第2話
ミノリたちが所属している施設は、『海』のただなかにある。
しかしそれは、『海洋』の海ではなく、いわゆる『外洋宇宙』を指し示す比喩としての海だ。
ミノリたちが働いている施設、『808ファーム』――第八辺境方面宙域第0一次産業特務ステーション№8――は、文字通り辺境宇宙に浮かぶ小規模公営宇宙ステーションである。
ステーションによってその任務は様々であるが、彼女たち『808ファーム』に与えられたのは、辺境宇宙での食糧事情の改善に向けての実験および供給施設としての役割だ。
人類が宇宙に進出してから数百年。母星を飛び出した人類は次々に惑星を開拓し、あるいは数限りない宇宙ステーションを建設した。宇宙における人類の版図は絶え間なく拡大を続け、しかしそれでもなお人々のフロンティア・スピリッツは枯渇することはなかった。
そうした宇宙開拓の上で、支障となるほどではないにしても、いささか面倒な問題として浮かび上がっていたのが、開拓民たちの食料事情だ。
もちろん高カロリー高栄養長期保存可の合成食料はとっくに存在しており、それは人々を健康に生き長らえさせるためには十分なものである。
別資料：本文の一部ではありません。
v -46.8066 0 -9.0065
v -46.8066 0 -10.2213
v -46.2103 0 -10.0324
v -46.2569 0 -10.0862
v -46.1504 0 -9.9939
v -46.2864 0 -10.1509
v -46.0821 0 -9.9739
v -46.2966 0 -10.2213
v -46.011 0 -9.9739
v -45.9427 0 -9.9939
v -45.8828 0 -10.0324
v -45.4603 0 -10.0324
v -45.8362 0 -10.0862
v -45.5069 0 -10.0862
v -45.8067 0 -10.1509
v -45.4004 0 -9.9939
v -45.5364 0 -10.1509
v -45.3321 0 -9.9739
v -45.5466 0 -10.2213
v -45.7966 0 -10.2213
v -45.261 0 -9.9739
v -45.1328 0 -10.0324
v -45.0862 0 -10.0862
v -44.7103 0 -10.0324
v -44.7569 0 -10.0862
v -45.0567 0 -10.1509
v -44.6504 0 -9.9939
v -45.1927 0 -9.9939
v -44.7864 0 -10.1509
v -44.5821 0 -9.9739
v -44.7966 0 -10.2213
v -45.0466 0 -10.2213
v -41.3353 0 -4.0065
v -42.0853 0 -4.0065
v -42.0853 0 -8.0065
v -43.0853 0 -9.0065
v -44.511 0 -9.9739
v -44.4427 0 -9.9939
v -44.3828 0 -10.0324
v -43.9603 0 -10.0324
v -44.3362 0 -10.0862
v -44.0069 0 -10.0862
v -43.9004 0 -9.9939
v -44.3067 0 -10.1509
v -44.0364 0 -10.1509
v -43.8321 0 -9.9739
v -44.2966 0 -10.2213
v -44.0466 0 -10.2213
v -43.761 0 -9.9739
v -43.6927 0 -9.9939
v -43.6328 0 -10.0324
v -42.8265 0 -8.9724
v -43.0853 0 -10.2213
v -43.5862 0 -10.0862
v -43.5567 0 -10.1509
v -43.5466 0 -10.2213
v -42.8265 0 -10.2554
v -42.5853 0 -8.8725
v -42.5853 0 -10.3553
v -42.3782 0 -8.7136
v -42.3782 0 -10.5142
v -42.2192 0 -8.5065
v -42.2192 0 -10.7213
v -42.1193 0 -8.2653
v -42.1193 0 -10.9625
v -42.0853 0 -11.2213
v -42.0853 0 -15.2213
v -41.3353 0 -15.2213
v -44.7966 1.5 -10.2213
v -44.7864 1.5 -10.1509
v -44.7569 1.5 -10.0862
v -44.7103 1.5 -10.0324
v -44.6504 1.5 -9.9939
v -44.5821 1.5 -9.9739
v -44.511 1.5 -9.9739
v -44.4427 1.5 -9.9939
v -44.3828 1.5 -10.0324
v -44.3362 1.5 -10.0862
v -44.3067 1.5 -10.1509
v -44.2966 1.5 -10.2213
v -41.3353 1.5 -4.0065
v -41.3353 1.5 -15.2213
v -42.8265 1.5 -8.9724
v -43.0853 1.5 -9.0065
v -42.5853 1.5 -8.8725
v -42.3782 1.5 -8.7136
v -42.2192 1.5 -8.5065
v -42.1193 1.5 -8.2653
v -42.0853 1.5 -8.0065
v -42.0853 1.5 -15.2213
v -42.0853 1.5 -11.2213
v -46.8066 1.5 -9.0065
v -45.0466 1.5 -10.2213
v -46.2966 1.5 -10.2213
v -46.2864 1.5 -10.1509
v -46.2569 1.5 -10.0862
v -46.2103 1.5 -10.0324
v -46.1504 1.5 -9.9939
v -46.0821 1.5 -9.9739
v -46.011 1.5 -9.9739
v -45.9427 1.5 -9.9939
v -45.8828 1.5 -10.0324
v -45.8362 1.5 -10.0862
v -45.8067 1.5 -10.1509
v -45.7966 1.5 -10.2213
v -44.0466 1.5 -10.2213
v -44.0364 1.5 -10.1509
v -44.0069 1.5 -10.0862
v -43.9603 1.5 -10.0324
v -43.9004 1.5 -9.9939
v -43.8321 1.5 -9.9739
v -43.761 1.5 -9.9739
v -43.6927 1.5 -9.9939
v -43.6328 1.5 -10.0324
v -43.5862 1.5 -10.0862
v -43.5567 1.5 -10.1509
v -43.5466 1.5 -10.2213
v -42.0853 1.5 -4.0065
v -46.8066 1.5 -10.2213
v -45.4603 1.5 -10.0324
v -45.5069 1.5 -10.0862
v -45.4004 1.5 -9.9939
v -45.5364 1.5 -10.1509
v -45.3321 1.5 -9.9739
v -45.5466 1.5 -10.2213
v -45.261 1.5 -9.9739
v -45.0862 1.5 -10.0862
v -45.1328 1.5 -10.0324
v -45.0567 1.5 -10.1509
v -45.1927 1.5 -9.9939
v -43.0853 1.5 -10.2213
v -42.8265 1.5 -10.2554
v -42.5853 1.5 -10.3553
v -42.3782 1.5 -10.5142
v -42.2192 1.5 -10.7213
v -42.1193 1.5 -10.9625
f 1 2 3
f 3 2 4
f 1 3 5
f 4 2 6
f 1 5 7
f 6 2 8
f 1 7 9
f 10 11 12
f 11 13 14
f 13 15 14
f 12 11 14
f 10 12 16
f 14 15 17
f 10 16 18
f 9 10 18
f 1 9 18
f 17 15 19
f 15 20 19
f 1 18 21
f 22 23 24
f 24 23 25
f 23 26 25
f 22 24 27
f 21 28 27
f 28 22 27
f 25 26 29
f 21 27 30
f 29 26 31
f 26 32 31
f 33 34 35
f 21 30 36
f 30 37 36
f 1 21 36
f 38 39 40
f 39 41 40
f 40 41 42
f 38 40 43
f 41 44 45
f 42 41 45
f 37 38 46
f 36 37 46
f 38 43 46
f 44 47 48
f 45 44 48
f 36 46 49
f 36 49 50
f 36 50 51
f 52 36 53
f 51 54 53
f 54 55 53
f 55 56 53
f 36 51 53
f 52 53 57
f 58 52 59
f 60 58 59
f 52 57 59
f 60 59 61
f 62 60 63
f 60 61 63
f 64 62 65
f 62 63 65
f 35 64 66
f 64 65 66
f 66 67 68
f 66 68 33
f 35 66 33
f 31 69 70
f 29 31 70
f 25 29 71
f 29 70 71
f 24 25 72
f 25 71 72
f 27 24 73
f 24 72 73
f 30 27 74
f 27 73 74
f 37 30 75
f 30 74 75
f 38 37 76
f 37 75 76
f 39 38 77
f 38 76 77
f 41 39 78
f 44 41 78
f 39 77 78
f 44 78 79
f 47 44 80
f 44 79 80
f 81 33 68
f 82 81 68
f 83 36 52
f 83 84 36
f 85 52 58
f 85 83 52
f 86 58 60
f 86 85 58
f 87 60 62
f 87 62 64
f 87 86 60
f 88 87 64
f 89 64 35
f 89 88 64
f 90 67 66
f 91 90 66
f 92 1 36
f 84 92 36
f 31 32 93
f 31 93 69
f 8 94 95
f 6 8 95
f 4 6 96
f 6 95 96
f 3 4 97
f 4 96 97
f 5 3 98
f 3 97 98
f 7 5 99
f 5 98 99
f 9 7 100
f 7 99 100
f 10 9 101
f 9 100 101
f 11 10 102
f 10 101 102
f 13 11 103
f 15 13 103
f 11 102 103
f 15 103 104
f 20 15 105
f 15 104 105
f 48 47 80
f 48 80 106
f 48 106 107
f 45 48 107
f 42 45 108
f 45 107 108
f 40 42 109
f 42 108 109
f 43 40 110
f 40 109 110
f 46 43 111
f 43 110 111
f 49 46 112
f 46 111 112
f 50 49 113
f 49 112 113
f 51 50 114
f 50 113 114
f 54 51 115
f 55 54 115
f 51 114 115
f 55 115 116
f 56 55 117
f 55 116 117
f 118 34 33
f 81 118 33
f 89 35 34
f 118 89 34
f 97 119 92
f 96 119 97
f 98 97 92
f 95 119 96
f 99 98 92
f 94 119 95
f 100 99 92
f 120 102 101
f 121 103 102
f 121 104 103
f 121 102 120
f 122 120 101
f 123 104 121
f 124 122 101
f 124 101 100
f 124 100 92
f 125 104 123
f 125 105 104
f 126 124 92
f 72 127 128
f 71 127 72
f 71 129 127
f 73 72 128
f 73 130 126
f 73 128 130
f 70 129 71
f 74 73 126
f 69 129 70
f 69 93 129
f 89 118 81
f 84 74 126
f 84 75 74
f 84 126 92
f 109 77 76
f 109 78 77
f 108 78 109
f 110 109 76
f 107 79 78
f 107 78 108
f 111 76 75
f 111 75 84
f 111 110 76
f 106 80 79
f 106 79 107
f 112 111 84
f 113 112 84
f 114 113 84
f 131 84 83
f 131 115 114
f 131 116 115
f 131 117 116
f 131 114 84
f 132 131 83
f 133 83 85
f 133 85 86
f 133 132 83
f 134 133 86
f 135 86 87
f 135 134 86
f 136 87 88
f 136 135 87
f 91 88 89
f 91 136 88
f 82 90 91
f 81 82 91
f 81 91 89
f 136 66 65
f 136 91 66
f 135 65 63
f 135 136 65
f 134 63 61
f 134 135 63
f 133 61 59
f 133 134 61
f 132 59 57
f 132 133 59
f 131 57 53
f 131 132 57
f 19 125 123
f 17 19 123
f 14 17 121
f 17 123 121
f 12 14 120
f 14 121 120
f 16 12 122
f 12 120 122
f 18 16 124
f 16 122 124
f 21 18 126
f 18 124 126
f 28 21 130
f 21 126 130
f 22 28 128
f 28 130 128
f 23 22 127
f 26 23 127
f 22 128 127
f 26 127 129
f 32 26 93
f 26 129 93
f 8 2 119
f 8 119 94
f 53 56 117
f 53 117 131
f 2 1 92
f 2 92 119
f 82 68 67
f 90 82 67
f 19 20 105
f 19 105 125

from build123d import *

# Parameters (mm, degrees)
SKETCH1_W           = 4.721281475
SKETCH1_H           = 1.214825
BOSS_EXTRUDE1_DEPTH = 1.5
FILLET1_R           = 1
FILLET2_R           = 1
CUT_EXTRUDE1_DEPTH  = 2
LPATTERN1_COUNT     = 4
LPATTERN1_PITCH     = 0.75


with BuildPart() as part:
    # Sketch1 → Boss-Extrude1 (new body)
    with BuildSketch(Plane(origin=(0, 0, 0), x_dir=(1, 0, 0), z_dir=(0, 1, 0))):
        Polygon((-42.085271319, 4.006512849), (-41.335271319, 4.006512849), (-41.335271319, 15.221337849), (-42.085271319, 15.221337849), (-42.085271319, 10.221337849), (-42.085271319, 9.006512849), align=None)
        with Locations((-44.445912057, 9.613925349)):
            Rectangle(SKETCH1_W, SKETCH1_H)
    extrude(amount=BOSS_EXTRUDE1_DEPTH)

    # Fillet1
    fillet1_edges = [part.edges().sort_by_distance(p)[0] for p in [
        (-42.085271319, 0.75, -10.221337849),
    ]]
    fillet(fillet1_edges, radius=FILLET1_R)

    # Fillet2
    fillet2_edges = [part.edges().sort_by_distance(p)[0] for p in [
        (-42.085271319, 0.75, -9.006512849),
    ]]
    fillet(fillet2_edges, radius=FILLET2_R)

    # Sketch2 → Cut-Extrude1 (cut)
    with BuildSketch(Plane(origin=(0, 1.5, 0), x_dir=(1, 0, 0), z_dir=(0, 1, 0))):
        with BuildLine():
            ThreePointArc((-45.796552794, 10.221337849), (-46.046552794, 10.471337849), (-46.296552794, 10.221337849))
            Line((-46.296552794, 10.221337849), (-46.046552794, 10.221337849))
            Line((-46.046552794, 10.221337849), (-45.796552794, 10.221337849))
        make_face()
        with BuildLine():
            Line((-46.046552794, 10.221337849), (-46.296552794, 10.221337849))
            ThreePointArc((-46.296552794, 10.221337849), (-46.046552794, 9.971337849), (-45.796552794, 10.221337849))
            Line((-45.796552794, 10.221337849), (-46.046552794, 10.221337849))
        make_face()
    cut_extrude1 = extrude(amount=-CUT_EXTRUDE1_DEPTH, mode=Mode.SUBTRACT)

    # LPattern1: Cut-Extrude1 ×4
    with Locations(*[(i * LPATTERN1_PITCH, 0, 0) for i in range(1, LPATTERN1_COUNT)]):
        add(cut_extrude1, mode=Mode.SUBTRACT)


solid = part.part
しかし、残念なことにどれだけ風味を良くしようと、味のバリエーションをつけようと、合成食料はいつだって不評の的だった。すなわちこればかりでは必ず飽きてしまうという問題だ。
また、食事の大半を合成食料が占めた場合、開拓民たちの間でストレス値が増昇するという調査結果もでている。
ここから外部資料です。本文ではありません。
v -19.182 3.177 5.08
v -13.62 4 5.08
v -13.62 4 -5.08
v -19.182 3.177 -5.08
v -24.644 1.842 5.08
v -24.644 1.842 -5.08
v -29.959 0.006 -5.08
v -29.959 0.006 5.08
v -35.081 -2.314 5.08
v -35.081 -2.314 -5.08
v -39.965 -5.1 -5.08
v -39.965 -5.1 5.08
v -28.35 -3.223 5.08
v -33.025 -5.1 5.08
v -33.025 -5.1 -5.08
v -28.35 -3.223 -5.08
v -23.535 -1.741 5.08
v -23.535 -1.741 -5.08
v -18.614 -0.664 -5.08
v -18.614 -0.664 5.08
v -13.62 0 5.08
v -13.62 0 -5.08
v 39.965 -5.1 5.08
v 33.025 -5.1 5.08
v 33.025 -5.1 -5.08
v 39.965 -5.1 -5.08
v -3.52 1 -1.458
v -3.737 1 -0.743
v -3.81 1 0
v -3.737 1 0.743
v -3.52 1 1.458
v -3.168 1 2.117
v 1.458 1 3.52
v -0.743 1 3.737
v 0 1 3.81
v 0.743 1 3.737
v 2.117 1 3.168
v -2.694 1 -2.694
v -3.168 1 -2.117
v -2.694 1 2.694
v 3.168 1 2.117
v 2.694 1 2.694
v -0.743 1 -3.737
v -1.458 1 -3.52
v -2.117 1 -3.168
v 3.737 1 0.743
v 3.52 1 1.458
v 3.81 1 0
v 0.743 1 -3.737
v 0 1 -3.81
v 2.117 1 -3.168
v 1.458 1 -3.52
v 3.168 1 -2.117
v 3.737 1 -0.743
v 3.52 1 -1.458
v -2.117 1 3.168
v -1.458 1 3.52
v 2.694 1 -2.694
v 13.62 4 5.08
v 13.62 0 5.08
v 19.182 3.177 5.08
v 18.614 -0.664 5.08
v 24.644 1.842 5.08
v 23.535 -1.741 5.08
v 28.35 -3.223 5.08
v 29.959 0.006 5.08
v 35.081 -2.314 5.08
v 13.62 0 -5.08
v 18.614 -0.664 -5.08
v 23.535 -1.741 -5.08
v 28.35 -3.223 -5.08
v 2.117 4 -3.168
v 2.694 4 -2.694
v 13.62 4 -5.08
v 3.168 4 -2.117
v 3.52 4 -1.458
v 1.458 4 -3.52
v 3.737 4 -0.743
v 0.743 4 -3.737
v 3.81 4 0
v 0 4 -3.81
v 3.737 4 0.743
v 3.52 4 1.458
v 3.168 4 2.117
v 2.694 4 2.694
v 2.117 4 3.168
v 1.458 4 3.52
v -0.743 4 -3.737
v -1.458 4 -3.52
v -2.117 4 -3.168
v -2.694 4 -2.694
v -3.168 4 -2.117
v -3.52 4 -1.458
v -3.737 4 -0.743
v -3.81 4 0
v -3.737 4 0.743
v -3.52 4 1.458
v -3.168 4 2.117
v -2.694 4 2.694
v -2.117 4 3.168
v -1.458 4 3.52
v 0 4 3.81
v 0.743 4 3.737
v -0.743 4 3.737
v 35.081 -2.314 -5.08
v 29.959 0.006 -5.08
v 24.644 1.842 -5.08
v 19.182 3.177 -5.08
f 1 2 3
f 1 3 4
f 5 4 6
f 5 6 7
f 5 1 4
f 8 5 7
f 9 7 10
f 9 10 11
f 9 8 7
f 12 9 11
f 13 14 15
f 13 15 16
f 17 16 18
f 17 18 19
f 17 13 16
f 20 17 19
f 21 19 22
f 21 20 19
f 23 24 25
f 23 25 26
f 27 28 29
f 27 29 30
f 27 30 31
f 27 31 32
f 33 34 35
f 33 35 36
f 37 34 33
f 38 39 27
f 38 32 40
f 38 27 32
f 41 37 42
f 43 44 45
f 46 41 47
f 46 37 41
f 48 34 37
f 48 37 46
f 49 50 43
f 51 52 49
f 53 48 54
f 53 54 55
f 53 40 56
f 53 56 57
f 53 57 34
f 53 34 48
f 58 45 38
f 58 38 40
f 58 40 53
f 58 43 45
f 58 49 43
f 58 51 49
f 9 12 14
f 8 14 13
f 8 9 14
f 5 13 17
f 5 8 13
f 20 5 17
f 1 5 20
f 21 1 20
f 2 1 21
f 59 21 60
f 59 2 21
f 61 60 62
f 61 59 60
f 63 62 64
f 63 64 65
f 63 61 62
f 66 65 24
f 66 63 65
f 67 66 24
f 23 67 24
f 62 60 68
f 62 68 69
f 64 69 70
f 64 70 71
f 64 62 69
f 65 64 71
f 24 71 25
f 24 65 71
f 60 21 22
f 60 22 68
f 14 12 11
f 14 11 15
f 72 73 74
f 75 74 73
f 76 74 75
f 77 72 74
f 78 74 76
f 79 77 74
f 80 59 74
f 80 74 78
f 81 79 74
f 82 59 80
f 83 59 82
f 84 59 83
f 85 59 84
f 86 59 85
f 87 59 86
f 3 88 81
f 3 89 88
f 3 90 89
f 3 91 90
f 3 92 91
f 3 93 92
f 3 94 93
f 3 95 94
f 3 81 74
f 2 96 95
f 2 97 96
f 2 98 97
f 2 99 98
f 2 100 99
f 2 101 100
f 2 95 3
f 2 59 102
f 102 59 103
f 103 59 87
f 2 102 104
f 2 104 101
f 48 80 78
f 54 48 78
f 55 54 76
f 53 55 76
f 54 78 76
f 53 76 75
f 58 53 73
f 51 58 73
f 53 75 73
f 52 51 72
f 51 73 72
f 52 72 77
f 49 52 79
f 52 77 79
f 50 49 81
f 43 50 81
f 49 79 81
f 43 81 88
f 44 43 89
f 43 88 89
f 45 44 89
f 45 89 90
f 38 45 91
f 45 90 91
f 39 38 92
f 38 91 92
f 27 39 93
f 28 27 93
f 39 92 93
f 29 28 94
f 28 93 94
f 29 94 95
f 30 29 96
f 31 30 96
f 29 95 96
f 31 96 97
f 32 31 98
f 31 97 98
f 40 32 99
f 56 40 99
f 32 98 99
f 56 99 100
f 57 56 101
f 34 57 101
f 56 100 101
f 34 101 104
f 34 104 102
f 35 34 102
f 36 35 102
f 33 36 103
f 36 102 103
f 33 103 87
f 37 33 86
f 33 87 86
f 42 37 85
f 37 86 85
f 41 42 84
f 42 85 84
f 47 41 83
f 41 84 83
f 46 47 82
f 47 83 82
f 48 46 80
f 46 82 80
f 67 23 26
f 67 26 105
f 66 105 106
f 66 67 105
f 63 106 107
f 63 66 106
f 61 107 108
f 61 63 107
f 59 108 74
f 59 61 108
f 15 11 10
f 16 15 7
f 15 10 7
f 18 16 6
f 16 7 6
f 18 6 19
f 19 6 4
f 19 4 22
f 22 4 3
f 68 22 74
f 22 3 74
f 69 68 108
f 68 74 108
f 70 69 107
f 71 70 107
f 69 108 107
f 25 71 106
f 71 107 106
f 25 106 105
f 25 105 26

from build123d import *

# Parameters (mm, degrees)
SKETCH1_W           = 15.24
SKETCH1_H           = 10.16
BOSS_EXTRUDE1_DEPTH = 4
BOSS_EXTRUDE2_DEPTH = 10.16
SKETCH3_R           = 3.81
CUT_EXTRUDE1_DEPTH  = 3


with BuildPart() as part:
    # Sketch1 → Boss-Extrude1 (new body)
    with BuildSketch(Plane(origin=(0, 0, 0), x_dir=(1, 0, 0), z_dir=(0, 1, 0))):
        Rectangle(SKETCH1_W, SKETCH1_H)
    extrude(amount=BOSS_EXTRUDE1_DEPTH)

    # Sketch2 → Boss-Extrude2 (add)
    with BuildSketch(Plane.XY.offset(5.08)):
        with BuildLine():
            Line((13.62, 4), (7.62, 4))
            Line((7.62, 4), (7.62, 0))
            Line((7.62, 0), (13.62, 0))
            ThreePointArc((13.62, 0), (23.535142279, -1.740916975), (33.025, -5.1))
            Line((33.025, -5.1), (39.965, -5.1))
            ThreePointArc((39.965, -5.1), (27.323058228, 0.985995221), (13.62, 4))
        make_face()
        with BuildLine():
            Line((-7.62, 0), (-7.62, 4))
            Line((-7.62, 4), (-13.62, 4))
            ThreePointArc((-13.62, 4), (-27.323058228, 0.985995221), (-39.965, -5.1))
            Line((-39.965, -5.1), (-33.025, -5.1))
            ThreePointArc((-33.025, -5.1), (-23.535142279, -1.740916975), (-13.62, 0))
            Line((-13.62, 0), (-7.62, 0))
        make_face()
    extrude(amount=-BOSS_EXTRUDE2_DEPTH)

    # Sketch3 → Cut-Extrude1 (cut)
    with BuildSketch(Plane(origin=(0, 4, 0), x_dir=(1, 0, 0), z_dir=(0, 1, 0))):
        Circle(SKETCH3_R)
    extrude(amount=-CUT_EXTRUDE1_DEPTH, mode=Mode.SUBTRACT)


solid = part.part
つまり効率の良い作業を生み出すためには、美味い普通の食事というものが不可欠であると科学的にも証明されてしまったのであった。
するとそれを解決しようとする段階で、次に発生してきたのが食料の輸送コストの問題だった。
交通整備がまだ整っていない開拓最前線にものを送ろうとすれば、通常よりもかなりの輸送費が発生してしまう。近年では冷凍保存やパウチの技術が発達し、生の食料のままとはいかずとも、食材はかなりの長期保存が可能になっているものの、やはり新鮮な食料に比べれば風味は格段に落ちてしまうことは避けられない。
何よりも食料とは消耗品だ。どれだけ節約しようとも人々の腹に収まり、消費されてしまう。
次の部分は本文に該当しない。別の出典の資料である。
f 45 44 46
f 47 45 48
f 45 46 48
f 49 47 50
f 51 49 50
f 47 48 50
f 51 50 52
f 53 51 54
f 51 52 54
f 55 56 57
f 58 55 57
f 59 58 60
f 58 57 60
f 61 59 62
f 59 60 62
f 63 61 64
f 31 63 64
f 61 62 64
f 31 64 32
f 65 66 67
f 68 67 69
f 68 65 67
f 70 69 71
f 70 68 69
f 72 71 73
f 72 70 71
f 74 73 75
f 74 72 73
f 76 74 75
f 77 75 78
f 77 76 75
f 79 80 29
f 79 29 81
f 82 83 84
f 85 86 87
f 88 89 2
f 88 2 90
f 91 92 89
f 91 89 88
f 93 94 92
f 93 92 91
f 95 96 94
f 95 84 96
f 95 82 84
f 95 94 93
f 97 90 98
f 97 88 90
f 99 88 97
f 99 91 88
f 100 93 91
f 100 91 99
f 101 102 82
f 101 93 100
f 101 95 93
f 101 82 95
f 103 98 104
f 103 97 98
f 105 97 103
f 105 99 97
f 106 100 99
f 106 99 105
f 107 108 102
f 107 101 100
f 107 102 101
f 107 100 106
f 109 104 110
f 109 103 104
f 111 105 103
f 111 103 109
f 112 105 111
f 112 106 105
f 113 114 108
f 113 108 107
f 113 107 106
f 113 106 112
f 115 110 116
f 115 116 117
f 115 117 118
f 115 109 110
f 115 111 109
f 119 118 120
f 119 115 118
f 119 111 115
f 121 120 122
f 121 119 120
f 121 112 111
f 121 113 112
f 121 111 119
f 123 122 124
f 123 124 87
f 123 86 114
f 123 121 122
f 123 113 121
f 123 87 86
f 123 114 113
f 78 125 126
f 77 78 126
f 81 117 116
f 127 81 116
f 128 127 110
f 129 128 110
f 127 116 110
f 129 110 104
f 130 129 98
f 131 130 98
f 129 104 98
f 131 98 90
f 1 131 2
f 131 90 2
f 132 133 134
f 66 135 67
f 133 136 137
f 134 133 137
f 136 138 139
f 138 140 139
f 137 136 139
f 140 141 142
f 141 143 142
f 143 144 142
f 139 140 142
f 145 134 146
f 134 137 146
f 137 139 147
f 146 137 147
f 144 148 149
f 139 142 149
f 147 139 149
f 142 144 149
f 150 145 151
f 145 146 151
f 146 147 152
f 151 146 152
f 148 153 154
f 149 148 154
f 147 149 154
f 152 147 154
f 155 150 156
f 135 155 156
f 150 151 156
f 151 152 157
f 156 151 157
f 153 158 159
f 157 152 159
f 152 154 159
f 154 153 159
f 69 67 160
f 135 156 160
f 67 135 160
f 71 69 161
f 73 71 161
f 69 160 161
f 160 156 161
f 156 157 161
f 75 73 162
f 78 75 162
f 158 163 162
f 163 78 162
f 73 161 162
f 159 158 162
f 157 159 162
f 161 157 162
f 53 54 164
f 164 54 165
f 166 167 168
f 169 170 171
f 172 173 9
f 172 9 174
そこで最終的に考え出されたのが、辺境宇宙の最前線で食糧を生産してしまえば良いという発想の転換だった。そうすることにより、従来よりもずっと安い輸送費で、新鮮な食料を大量に人々の手元に届けることができる。
つまりミノリたちの『808ファーム』は、辺境宇宙で暮らす人々のため、野菜を生産する畑であり、最後の砦なのであった。
『808ファーム』の若き局長であるミノリ・ハタナカは両開きの扉を押し開くと声を張り上げた。
「ちょっとあなた達、喧嘩はやめなさい!」
「『喧嘩じゃありません!!』」
途端に声の矛先が自分に向き、ミノリは思わず後ずさりかける。しかし、ここで引いては局長の名が廃ると、きっと顔を上げた。
「じゃあ何なの。第二農園まで声が聞こえていたわよ、プラム、シナモン」
普段よりも厳しさを増す彼女の声に、「だって」と言葉を返してきたのはボブヘアーの黒縁眼鏡の女性だった。きっちり制服を身にまとい、しかしどこか着慣れない初々しい雰囲気を残している。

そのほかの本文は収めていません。